The Supreme Court has come down hard on “irrational freebies” that political parties announce before elections and directed the Centre to consult the Finance Commission on regulating these. The SC’s concern over the issue comes a few days after the prime minister spoke out against the “revdi” culture (likening parties’ promises of freebies to a sweet distributed in North India). It is a different matter, however, that the prime minister himself looked the other way when the Uttar Pradesh unit of his party promised a farm loan write-off when the state went to polls in 2017. That set off a huge round of state-level loan waivers that added up to over Rs 2 trillion, setting back credit culture. State after state, irrespective of the party in power, has promised massive dollops of subsidies and freebies, ranging from free electricity, free water and cash handouts to women even during the last round of Assembly elections. Competitive populism is something the nation has been seeing for a very long time now.
The key question should be whether the state has the ability to back the “freebie” in a fiscally sustainable manner. Unfortunately, the answer in most cases would be a resounding no. In Punjab, the Aam Aadmi Party promised free power (conditional against usage caps) to all users. This was obviously unsustainable as the state’s total outstanding liabilities as a percentage of its gross state domestic product, has risen to 53.3% by March 2022 (Budget Estimate) from 33.1% a decade ago; its deficit stood at 4.6% of GSDP (FY22 BE) against the recommended 3%. Punjab is certainly not the only state where parties have promised or have implemented freebies wide and deep. There is thus no doubt that a course-correction is needed. Chairman of the 15th Finance Commission, NK Singh, told FE that the Commission should be mandated to recommend annual grants to individual states instead of a full five-year grant quantum, giving room to adjust the quantum depending on fulfilment of, or efforts towards, certain commitments to avoid profligate freebie spending. It is a good suggestion, but may be difficult to implement, as questions would be raised on the autonomy of state governments.

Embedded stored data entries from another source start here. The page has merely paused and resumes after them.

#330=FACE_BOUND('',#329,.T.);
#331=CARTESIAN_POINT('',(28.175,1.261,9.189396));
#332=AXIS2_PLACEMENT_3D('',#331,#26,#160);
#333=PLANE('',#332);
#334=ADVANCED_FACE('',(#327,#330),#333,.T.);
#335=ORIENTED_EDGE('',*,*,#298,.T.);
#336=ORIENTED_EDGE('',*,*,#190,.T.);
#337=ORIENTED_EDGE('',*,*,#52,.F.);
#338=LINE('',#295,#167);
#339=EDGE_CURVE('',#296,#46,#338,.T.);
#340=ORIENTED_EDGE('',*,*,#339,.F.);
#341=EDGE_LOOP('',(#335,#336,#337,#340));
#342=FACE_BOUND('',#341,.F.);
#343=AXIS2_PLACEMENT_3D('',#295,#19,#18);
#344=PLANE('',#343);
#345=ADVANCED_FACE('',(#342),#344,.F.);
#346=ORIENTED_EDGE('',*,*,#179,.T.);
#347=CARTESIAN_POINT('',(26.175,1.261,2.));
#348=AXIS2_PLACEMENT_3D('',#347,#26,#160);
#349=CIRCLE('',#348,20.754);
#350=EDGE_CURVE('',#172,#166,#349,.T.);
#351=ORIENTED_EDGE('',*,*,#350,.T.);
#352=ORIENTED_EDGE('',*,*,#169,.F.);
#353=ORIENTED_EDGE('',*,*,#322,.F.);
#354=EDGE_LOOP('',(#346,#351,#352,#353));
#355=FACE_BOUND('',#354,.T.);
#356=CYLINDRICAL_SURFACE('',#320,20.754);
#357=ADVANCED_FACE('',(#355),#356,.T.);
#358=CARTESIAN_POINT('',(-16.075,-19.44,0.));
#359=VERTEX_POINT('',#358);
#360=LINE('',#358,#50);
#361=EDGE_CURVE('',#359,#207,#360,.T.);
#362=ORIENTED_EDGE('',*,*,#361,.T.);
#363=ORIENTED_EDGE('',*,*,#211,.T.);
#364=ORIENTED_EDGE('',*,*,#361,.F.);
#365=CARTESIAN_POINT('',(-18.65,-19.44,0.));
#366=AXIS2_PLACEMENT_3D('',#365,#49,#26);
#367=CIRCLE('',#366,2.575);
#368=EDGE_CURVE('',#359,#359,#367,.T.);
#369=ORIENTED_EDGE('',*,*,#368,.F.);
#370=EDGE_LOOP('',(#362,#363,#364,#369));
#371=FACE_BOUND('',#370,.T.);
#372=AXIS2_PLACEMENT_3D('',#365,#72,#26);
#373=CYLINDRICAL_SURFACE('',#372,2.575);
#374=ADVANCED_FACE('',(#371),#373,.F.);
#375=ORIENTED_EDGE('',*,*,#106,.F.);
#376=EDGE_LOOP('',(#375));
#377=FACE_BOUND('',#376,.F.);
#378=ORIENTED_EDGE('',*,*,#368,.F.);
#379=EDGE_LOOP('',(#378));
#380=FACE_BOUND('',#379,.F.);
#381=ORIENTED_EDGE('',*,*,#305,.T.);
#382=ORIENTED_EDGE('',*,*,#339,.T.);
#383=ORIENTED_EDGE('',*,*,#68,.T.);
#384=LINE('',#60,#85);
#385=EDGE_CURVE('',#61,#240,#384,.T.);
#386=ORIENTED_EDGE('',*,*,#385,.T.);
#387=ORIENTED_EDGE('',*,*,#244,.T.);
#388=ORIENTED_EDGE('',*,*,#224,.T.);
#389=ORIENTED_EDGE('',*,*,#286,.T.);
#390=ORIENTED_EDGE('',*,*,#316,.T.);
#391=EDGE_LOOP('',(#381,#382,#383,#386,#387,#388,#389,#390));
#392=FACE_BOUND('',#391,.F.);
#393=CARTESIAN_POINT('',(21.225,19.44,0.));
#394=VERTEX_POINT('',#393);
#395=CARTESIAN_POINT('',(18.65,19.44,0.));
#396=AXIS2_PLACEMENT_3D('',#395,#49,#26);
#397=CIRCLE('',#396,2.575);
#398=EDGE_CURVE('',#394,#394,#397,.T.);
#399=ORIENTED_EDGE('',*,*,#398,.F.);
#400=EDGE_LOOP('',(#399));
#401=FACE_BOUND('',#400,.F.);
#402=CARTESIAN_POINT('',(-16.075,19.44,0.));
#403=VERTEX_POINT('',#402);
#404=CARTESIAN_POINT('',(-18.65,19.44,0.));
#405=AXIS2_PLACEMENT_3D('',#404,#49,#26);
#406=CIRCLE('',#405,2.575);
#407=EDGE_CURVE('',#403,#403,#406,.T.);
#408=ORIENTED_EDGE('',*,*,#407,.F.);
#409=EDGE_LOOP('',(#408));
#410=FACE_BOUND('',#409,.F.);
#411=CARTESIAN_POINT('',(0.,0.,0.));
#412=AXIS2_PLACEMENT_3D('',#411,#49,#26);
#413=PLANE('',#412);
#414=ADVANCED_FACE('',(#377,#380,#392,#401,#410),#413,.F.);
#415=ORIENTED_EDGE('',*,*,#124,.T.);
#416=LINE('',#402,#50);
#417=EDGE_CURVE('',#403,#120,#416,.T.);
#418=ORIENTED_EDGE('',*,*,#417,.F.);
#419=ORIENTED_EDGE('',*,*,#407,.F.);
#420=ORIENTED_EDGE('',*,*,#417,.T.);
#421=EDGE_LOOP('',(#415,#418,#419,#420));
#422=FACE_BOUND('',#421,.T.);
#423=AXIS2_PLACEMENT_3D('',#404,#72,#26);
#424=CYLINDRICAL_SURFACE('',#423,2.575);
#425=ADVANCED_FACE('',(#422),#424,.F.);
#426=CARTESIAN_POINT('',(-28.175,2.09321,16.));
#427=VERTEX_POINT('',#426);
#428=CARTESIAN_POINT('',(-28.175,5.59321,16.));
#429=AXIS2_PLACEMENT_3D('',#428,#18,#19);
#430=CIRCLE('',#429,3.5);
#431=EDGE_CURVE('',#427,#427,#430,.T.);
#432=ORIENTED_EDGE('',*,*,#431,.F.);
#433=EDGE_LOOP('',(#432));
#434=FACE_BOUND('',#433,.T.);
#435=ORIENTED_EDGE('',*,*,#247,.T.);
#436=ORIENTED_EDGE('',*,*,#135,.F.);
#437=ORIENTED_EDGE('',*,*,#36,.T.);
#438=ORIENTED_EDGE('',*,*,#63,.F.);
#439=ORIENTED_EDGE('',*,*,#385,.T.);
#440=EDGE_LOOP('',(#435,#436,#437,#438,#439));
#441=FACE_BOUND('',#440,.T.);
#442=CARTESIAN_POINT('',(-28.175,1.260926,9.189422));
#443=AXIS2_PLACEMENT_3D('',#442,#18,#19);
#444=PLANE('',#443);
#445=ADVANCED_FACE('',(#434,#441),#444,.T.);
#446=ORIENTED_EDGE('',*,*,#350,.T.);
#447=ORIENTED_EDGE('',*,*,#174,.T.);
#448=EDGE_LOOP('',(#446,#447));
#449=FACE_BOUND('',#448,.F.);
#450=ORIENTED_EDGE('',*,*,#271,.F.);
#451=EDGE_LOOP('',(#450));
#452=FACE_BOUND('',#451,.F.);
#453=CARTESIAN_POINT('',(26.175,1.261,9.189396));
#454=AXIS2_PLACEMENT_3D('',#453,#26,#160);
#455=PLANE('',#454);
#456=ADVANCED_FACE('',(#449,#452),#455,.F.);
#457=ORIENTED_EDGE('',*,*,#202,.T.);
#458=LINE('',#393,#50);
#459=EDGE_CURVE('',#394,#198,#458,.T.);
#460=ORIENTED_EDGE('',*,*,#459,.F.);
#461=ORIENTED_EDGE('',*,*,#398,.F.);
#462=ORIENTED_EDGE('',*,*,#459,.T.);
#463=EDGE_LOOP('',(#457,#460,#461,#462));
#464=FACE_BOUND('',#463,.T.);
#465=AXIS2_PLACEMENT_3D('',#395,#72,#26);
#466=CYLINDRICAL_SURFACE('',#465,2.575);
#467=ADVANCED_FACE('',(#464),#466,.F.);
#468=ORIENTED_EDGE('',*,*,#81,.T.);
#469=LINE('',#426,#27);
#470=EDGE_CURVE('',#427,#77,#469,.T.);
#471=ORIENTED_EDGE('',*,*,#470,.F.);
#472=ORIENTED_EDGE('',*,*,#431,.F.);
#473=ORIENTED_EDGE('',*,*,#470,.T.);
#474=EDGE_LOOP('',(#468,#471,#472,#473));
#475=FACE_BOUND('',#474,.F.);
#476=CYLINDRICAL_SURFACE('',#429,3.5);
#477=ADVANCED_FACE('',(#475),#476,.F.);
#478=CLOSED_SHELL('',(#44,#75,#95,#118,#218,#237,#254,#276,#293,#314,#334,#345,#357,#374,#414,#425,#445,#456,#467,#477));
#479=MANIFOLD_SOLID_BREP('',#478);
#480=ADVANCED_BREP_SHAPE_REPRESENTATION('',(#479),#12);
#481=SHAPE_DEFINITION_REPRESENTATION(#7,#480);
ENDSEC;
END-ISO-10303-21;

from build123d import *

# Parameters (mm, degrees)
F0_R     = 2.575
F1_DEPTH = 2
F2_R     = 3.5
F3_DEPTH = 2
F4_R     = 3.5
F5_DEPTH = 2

Another tricky issue that needs to be thrashed out is to determine a ‘merit’ and ‘non-merit’ subsidy. Even as free power (with caps on usage) to all users is an economically unsound move, many would say that there is a case for such a provision for the economically weaker sections. Similarly, the Pradhan Mantri Garib Kalyan Anna Yojana enabled food security for the most vulnerable households at a time of lost or interrupted livelihoods. But the Centre has extended it by another six months, and there are talks of extending it further. The Centre itself now acknowledges the pressure that an extension of the scheme will put on the fisc, but is probably weighing the political cost of discontinuing the “freebie”. A good way to sort out such issues would be to discuss them in the Inter-State Council. The co-operative nature of the GST Council, in which the Centre and the states meet to determine the outlines of the GST, has shown that there is considerable scope for such institutions that give substance to the prime minister’s promise of “cooperative federalism”. Pre-election freebies and the damage these inflict on the fiscal health of the states could be a good topic for the Inter-State Council.